Developing a ball mill model that incorporates grate and overflow discharge configurations

Thesis / Dissertation


Permanent link to this Item
Journal Title
Link to Journal
Journal ISSN
Volume Title
The purpose of this thesis was to investigate performance differences between the grate and overflow discharge type ball mills of the same size under similar operating conditions using platreef ore which is classified as rheologically complex. The results from this investigation were used to develop a ball mill model that incorporates discharge mechanism and variables that influence mill power draw and product size distribution. Discharge configuration effects and power draw being one of the most important factors in ball mill performance, this thesis was set out to include these in performance prediction and analysis.
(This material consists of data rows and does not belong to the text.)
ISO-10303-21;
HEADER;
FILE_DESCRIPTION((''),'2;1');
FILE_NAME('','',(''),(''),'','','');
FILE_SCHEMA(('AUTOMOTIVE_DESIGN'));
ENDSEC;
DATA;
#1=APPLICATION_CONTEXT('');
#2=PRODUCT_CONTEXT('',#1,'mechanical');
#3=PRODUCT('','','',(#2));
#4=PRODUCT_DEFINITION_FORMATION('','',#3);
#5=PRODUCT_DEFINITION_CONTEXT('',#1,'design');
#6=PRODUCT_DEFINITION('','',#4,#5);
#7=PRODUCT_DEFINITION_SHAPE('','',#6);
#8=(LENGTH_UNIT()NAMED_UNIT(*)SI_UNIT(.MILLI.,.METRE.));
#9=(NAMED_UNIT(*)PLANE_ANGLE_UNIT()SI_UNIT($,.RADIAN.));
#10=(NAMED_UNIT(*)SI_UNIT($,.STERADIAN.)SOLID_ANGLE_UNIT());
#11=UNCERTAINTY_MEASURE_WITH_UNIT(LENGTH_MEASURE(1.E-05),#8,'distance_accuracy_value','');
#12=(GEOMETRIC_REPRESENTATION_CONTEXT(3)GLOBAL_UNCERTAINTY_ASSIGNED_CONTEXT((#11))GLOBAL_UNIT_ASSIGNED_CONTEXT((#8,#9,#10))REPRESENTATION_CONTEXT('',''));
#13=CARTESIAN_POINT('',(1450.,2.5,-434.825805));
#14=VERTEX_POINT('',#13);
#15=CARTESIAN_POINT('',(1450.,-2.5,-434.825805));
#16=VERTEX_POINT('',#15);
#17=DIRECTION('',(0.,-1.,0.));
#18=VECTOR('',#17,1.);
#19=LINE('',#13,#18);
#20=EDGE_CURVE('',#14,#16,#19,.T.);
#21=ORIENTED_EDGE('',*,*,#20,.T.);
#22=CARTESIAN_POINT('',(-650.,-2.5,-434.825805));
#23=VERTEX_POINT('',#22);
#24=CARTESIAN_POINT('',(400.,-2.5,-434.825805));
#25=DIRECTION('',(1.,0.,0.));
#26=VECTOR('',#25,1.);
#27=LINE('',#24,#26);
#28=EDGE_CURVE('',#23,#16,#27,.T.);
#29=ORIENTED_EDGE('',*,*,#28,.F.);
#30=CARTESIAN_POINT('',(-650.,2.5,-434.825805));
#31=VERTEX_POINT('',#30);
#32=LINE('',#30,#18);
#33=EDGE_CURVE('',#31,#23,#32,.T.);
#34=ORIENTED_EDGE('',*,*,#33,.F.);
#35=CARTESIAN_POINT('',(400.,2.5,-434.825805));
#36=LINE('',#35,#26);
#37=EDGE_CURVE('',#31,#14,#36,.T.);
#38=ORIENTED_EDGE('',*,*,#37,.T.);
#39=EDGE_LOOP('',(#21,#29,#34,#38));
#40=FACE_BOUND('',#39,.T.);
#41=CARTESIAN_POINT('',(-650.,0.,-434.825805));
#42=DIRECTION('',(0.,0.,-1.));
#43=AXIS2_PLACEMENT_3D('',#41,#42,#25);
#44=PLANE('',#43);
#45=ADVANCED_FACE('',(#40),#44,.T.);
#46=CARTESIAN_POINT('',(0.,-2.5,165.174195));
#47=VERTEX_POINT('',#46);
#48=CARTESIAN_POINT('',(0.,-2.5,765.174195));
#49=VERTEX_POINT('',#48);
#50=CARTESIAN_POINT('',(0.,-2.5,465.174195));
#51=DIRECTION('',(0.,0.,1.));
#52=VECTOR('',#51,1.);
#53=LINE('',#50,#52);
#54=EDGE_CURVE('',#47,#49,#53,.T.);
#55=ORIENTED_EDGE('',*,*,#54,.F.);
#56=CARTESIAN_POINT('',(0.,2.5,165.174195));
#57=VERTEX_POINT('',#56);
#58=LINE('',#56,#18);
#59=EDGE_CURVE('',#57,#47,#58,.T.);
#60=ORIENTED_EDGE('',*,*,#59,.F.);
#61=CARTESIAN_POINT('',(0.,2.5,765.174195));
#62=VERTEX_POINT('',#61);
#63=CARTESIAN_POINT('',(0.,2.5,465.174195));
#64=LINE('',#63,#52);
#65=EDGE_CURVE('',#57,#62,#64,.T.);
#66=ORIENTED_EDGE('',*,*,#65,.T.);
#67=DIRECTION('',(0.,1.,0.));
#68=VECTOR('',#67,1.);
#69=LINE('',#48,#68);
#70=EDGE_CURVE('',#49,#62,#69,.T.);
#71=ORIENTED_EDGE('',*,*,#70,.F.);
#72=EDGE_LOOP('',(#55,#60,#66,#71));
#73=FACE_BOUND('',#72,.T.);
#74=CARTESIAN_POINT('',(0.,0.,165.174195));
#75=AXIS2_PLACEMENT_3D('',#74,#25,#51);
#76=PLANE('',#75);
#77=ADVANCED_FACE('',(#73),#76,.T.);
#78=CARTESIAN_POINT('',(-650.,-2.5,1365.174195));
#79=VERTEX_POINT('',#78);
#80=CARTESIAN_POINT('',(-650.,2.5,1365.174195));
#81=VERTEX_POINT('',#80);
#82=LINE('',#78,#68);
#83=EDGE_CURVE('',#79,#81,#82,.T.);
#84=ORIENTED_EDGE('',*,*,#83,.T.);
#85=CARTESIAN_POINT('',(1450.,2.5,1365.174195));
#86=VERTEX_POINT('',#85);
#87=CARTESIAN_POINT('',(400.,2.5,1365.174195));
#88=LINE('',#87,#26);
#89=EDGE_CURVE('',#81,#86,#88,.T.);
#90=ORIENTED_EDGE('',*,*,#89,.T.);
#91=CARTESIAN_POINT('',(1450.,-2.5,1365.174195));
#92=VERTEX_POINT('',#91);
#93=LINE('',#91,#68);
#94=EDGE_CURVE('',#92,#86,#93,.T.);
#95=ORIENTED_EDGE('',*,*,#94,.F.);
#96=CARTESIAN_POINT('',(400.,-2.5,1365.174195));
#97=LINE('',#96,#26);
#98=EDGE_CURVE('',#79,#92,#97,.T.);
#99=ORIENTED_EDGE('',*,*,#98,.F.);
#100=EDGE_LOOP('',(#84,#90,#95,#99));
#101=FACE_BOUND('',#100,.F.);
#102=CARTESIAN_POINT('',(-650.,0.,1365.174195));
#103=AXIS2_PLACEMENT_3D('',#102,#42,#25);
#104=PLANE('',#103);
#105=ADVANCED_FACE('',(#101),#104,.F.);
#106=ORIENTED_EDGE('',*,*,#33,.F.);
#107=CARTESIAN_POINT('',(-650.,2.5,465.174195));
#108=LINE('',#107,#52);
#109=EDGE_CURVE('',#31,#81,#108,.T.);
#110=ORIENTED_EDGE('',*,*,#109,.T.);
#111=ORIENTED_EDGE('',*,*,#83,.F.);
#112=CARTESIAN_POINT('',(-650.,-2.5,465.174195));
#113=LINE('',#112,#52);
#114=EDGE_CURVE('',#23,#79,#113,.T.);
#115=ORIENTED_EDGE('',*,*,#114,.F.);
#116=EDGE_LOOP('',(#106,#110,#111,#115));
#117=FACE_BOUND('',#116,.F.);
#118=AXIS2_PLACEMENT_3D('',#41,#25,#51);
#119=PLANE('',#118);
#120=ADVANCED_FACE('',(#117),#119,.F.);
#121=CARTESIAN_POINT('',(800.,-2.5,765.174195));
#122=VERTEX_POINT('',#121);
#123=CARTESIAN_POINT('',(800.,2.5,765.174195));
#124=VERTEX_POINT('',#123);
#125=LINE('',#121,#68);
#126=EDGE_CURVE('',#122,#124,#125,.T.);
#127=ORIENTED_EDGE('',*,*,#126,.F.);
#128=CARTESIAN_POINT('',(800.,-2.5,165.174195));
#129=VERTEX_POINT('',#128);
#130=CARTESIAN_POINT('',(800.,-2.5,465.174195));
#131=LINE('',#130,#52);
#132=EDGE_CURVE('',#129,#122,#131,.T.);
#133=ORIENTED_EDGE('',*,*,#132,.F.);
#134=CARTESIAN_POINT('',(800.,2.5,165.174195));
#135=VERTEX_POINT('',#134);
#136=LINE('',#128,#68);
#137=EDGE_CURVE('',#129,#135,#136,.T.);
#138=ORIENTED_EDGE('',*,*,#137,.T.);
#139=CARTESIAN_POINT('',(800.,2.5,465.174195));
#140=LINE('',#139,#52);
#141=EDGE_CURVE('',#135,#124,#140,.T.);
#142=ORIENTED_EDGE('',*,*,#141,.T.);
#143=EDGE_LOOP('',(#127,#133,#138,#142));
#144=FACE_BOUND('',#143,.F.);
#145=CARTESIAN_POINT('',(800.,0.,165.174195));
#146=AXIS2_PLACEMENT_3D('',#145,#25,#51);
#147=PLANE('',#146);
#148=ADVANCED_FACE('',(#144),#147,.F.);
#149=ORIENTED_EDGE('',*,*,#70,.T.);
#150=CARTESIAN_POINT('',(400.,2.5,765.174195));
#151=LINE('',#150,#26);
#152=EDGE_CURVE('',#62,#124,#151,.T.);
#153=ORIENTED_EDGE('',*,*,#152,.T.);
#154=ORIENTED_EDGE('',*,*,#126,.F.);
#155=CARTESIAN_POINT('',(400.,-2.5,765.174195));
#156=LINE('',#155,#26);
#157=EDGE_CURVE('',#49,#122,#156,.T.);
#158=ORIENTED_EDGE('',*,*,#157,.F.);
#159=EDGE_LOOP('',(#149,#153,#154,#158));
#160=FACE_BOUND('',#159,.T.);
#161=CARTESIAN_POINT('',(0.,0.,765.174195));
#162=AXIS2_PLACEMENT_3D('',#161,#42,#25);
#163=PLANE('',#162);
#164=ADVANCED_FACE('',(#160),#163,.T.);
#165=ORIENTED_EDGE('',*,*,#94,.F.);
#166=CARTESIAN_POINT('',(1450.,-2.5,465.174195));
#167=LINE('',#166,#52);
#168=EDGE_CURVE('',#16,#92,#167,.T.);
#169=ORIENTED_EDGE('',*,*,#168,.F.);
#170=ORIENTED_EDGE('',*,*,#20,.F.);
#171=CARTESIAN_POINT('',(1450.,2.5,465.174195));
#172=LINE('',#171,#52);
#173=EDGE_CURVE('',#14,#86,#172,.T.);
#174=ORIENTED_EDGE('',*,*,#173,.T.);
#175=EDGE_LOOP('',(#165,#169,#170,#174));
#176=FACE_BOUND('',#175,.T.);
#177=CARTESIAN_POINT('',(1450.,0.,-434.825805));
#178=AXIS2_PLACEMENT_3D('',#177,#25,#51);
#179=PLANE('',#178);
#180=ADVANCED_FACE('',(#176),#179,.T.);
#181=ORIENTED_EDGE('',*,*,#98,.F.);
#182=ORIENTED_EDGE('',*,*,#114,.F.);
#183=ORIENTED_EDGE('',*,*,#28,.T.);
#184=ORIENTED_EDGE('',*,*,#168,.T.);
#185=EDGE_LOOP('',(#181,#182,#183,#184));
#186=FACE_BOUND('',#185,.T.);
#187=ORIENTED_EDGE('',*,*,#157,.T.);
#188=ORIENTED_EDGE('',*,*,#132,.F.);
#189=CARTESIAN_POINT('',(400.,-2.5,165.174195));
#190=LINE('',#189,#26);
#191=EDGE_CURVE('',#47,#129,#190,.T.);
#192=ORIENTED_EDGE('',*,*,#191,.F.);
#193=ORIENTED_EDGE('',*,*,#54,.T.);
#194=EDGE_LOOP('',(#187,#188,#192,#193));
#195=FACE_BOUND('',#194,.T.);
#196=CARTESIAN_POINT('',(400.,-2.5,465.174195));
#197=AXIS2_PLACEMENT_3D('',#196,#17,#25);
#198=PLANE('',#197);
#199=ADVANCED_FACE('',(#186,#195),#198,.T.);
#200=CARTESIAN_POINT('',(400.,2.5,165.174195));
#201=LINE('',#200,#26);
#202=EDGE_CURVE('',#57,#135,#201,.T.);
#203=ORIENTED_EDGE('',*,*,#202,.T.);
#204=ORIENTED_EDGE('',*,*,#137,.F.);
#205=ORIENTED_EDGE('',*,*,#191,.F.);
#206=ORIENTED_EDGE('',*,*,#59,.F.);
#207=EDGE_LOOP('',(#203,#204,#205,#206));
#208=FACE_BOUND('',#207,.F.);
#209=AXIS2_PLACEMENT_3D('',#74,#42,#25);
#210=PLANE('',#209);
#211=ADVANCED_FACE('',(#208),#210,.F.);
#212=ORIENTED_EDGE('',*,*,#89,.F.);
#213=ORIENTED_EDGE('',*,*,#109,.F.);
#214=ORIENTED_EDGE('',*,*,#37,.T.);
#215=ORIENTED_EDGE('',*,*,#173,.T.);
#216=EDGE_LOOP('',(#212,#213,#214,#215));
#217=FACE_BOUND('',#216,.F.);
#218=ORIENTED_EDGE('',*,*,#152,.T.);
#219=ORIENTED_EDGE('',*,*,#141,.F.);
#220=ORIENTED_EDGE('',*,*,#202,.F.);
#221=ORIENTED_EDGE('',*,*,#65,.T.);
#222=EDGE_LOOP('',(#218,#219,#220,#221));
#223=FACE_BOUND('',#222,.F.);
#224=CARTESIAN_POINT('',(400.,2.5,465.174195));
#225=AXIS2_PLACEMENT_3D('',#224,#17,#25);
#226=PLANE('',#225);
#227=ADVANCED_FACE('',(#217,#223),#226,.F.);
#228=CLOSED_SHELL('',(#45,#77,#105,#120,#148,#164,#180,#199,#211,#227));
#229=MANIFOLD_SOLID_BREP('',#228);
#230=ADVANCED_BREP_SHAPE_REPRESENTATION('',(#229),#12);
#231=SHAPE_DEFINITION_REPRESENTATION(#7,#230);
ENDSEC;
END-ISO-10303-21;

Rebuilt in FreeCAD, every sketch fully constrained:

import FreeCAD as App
import Part
import Sketcher

doc = App.newDocument("Part")
body = doc.addObject("PartDesign::Body", "Body")

# Sketch on XZ plane
sketch1 = body.newObject("Sketcher::SketchObject", "Sketch")
sketch1.AttachmentSupport = (doc.getObject("XZ_Plane"), [""])
sketch1.MapMode = "FlatFace"
sketch1.addGeometry([
    Part.LineSegment(App.Vector(-650, 1365, 0), App.Vector(-650, -435, 0)),  # 0
    Part.LineSegment(App.Vector(-650, -435, 0), App.Vector(1450, -435, 0)),  # 1
    Part.LineSegment(App.Vector(1450, -435, 0), App.Vector(1450, 1365, 0)),  # 2
    Part.LineSegment(App.Vector(1450, 1365, 0), App.Vector(-650, 1365, 0)),  # 3
    Part.LineSegment(App.Vector(800, 165, 0), App.Vector(0, 165, 0)),  # 4
    Part.LineSegment(App.Vector(0, 165, 0), App.Vector(0, 765, 0)),  # 5
    Part.LineSegment(App.Vector(0, 765, 0), App.Vector(800, 765, 0)),  # 6
    Part.LineSegment(App.Vector(800, 765, 0), App.Vector(800, 165, 0)),  # 7
], False)
sketch1.addConstraint([
    Sketcher.Constraint("Coincident", 0, 2, 1, 1),
    Sketcher.Constraint("Coincident", 1, 2, 2, 1),
    Sketcher.Constraint("Coincident", 2, 2, 3, 1),
    Sketcher.Constraint("Coincident", 3, 2, 0, 1),
    Sketcher.Constraint("Coincident", 4, 2, 5, 1),
    Sketcher.Constraint("Coincident", 5, 2, 6, 1),
    Sketcher.Constraint("Coincident", 6, 2, 7, 1),
    Sketcher.Constraint("Coincident", 7, 2, 4, 1),
    Sketcher.Constraint("Vertical", 0),
    Sketcher.Constraint("Horizontal", 1),
    Sketcher.Constraint("Vertical", 2),
    Sketcher.Constraint("Horizontal", 3),
    Sketcher.Constraint("Horizontal", 4),
    Sketcher.Constraint("Vertical", 5),
    Sketcher.Constraint("Horizontal", 6),
    Sketcher.Constraint("Vertical", 7),
    Sketcher.Constraint("PointOnObject", 4, 2, -2),
    Sketcher.Constraint("DistanceX", 1, 1, 1, 2, 2100.0),
    Sketcher.Constraint("DistanceX", 4, 2, 4, 1, 800.0),
    Sketcher.Constraint("DistanceY", 0, 2, 0, 1, 1800.0),
    Sketcher.Constraint("DistanceY", 5, 1, 5, 2, 600.0),
    Sketcher.Constraint("DistanceX", 0, 2, -1, 1, 650.0),
    Sketcher.Constraint("DistanceY", 0, 2, 4, 2, 600.0),
    Sketcher.Constraint("DistanceY", 0, 2, -1, 1, 434.825805),
])
pad1 = body.newObject("PartDesign::Pad", "Pad")
pad1.Profile = sketch1
pad1.Length = 5
pad1.Midplane = True

doc.recompute()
The pilot ball mill operated by Magotteaux installed at the Anglo Platinum plant in Rustenburg was used to collect performance and operational data for use in the modelling. Two discharge configuration types were tested. The grate at two set open areas of 9.5% and 3.4% were used as well as the overflow type. The 1.25 m diameter and 2.20 m length mill was operated at two ball-load set points and a feed rate range of 1.50 tph to 2.25 tph for each configuration. Results showed that the grate configured ball mill produced much finer product compared to the overflow when operated under similar conditions. Results further showed that the grate ball mill had relatively higher breakage and discharge rates when operated at same conditions as the overflow. It was also shown that the grate discharge ball mill will draw an average of 18% more power than the overflow ball mill of the same size under similar operating conditions. Using these results, a new ball mill model was developed. The model is based on the principle that breakage distribution of the ore is unique to its competence and specific energy. The model incorporates mill operating conditions and retains the use of the appearance function. The model further incorporates influences of design and operating variable on mill power draw to predict product size distribution. It was found that the model agrees well with the pilot ball mill performance data. The model was later sub-developed into two models each specific to the discharge configuration type, the grate and overflow. For each configuration type, the model was found to give good predictions in agreement with real data. Thus, a model that considers the unique properties of the ore and discharge configuration incorporating mill power draw was developed.